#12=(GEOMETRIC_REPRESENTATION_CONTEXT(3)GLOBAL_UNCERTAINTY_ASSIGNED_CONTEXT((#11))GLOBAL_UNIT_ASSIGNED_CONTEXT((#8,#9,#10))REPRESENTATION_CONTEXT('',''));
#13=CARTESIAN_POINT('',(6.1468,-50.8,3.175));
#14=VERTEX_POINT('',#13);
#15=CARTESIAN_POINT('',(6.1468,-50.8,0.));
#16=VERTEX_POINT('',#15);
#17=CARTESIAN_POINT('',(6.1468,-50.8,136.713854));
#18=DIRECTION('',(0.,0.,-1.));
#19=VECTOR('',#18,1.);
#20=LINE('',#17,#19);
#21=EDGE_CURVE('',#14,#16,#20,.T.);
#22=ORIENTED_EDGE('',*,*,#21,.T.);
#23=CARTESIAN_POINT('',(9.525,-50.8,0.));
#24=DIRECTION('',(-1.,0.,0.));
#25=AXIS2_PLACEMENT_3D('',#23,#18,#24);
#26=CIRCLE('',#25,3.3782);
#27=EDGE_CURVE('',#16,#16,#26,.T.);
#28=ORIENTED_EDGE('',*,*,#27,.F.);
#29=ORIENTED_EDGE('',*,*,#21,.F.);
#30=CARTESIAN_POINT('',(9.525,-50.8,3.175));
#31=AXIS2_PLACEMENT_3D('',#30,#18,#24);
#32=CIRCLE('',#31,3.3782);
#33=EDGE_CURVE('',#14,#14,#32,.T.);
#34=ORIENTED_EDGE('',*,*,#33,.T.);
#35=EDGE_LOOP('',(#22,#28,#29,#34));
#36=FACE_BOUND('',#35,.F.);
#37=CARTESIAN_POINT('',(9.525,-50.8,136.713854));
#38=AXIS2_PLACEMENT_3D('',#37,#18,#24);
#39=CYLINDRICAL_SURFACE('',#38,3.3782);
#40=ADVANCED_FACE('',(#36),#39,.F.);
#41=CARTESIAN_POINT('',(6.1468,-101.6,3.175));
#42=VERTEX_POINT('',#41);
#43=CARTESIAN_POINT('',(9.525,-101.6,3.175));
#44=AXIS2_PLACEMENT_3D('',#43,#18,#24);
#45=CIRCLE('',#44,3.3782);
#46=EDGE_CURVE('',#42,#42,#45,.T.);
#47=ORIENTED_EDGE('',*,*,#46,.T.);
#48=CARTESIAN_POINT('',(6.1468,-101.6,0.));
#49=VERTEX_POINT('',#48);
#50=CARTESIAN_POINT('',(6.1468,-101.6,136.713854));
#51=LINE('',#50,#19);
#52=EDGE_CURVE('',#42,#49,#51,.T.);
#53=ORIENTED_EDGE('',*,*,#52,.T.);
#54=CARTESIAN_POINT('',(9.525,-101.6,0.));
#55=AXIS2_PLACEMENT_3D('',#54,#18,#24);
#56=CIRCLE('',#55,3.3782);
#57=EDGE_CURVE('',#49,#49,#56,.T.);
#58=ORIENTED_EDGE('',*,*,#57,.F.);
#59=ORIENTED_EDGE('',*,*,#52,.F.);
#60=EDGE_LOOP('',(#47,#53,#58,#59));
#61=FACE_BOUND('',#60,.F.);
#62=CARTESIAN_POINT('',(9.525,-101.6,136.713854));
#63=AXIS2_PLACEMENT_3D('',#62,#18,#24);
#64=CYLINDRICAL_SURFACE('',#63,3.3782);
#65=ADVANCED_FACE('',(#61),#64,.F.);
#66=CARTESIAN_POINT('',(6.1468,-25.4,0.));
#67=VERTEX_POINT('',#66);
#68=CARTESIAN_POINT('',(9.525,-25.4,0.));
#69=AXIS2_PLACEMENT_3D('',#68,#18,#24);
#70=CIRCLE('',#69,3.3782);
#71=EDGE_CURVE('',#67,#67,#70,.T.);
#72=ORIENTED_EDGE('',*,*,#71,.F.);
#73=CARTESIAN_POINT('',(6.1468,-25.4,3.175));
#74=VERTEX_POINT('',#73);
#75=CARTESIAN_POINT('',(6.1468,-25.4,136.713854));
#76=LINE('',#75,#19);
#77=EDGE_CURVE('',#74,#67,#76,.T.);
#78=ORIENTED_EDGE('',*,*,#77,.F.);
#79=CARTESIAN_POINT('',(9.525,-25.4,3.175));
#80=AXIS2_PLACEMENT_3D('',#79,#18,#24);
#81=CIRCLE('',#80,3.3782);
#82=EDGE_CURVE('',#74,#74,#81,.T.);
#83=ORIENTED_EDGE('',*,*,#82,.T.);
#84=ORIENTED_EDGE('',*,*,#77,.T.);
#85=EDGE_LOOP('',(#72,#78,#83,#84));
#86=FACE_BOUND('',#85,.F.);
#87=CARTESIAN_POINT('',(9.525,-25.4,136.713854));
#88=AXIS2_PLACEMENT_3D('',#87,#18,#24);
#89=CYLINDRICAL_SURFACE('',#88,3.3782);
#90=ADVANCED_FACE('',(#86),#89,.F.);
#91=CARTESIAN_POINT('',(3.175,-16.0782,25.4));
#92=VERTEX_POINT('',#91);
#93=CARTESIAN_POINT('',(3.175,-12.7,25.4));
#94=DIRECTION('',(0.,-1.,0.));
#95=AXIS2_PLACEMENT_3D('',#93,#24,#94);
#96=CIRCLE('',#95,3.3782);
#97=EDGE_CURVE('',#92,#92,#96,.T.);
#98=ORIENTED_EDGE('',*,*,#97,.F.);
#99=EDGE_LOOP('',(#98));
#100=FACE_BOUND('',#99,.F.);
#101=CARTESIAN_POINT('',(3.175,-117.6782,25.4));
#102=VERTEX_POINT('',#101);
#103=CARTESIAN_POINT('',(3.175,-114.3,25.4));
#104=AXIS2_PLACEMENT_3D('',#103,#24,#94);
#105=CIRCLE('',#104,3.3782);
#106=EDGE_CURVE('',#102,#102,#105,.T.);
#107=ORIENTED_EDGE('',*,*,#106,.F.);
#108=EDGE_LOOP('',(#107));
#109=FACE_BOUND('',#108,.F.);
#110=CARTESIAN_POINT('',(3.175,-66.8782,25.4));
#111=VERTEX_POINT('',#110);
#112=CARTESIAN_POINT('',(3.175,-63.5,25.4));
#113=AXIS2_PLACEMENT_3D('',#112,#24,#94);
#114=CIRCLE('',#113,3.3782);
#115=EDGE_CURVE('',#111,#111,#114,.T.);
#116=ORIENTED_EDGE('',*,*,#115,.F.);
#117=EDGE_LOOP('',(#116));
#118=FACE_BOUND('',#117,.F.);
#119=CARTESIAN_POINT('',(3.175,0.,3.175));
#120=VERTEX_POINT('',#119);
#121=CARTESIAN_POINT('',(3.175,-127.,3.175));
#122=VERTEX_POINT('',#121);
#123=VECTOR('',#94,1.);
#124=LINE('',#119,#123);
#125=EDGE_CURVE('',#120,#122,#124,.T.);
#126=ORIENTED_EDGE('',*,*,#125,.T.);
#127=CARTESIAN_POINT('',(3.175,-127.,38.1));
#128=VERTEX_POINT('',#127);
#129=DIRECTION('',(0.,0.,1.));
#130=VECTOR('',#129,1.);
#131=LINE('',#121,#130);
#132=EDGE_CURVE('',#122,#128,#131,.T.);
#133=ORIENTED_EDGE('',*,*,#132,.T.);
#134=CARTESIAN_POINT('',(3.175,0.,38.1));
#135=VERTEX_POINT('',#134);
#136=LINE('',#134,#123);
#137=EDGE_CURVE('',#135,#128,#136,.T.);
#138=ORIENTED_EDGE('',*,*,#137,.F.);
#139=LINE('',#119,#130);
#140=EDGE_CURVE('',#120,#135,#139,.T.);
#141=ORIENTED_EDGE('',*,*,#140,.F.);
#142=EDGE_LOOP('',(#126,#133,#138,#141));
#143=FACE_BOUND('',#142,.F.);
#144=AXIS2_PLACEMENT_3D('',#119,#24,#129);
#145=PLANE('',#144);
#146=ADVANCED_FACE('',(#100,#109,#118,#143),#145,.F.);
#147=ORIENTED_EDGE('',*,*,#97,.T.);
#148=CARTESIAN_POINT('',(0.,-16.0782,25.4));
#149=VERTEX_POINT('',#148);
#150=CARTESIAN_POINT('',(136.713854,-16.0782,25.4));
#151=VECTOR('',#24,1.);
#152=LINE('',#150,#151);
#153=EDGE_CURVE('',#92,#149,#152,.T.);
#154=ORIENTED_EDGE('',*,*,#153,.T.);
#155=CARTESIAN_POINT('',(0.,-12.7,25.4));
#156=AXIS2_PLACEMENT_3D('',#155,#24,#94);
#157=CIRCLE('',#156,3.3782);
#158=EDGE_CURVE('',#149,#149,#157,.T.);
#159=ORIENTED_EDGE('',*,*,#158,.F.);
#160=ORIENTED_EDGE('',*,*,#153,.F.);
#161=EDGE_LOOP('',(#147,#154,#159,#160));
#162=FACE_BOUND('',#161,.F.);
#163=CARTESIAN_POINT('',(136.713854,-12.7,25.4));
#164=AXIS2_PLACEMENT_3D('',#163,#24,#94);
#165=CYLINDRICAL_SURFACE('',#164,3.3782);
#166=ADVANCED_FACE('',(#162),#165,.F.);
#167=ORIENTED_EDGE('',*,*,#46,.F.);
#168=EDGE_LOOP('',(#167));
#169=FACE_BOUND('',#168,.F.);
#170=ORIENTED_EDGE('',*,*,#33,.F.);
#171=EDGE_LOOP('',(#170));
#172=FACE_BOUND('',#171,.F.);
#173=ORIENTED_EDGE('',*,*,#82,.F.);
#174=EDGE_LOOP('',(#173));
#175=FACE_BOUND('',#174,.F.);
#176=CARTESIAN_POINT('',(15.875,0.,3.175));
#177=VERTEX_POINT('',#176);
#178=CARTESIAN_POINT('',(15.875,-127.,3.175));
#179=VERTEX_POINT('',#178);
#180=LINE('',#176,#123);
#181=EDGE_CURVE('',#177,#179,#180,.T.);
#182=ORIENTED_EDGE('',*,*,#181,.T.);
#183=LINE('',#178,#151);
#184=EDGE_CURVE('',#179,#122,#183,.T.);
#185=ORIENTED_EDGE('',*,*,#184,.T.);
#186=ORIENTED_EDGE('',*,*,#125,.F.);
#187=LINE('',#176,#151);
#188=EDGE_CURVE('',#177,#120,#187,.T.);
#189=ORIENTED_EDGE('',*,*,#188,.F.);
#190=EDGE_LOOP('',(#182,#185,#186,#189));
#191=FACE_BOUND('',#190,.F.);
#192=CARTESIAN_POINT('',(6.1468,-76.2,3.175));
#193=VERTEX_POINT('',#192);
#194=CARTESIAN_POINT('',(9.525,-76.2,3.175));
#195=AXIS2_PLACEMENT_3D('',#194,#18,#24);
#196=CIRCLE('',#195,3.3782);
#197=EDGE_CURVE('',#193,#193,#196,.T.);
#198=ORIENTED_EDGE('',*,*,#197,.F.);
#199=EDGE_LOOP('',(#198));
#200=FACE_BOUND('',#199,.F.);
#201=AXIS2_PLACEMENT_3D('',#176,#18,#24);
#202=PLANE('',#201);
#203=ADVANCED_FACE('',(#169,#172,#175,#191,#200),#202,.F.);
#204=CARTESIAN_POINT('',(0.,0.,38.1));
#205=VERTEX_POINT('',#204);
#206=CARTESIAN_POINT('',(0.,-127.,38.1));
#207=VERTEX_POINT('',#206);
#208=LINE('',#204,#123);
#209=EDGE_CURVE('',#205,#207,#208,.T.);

• _To do_:
Reproduce word for word the material above, starting with the line that has "#177=VERTEX_POINT('',#176);" and stopping after the line that has "#193=VERTEX_POINT('',#192);".

• _Answer to this problem_:
#177=VERTEX_POINT('',#176);
#178=CARTESIAN_POINT('',(15.875,-127.,3.175));
#179=VERTEX_POINT('',#178);
#180=LINE('',#176,#123);
#181=EDGE_CURVE('',#177,#179,#180,.T.);
#182=ORIENTED_EDGE('',*,*,#181,.T.);
#183=LINE('',#178,#151);
#184=EDGE_CURVE('',#179,#122,#183,.T.);
#185=ORIENTED_EDGE('',*,*,#184,.T.);
#186=ORIENTED_EDGE('',*,*,#125,.F.);
#187=LINE('',#176,#151);
#188=EDGE_CURVE('',#177,#120,#187,.T.);
#189=ORIENTED_EDGE('',*,*,#188,.F.);
#190=EDGE_LOOP('',(#182,#185,#186,#189));
#191=FACE_BOUND('',#190,.F.);
#192=CARTESIAN_POINT('',(6.1468,-76.2,3.175));
#193=VERTEX_POINT('',#192);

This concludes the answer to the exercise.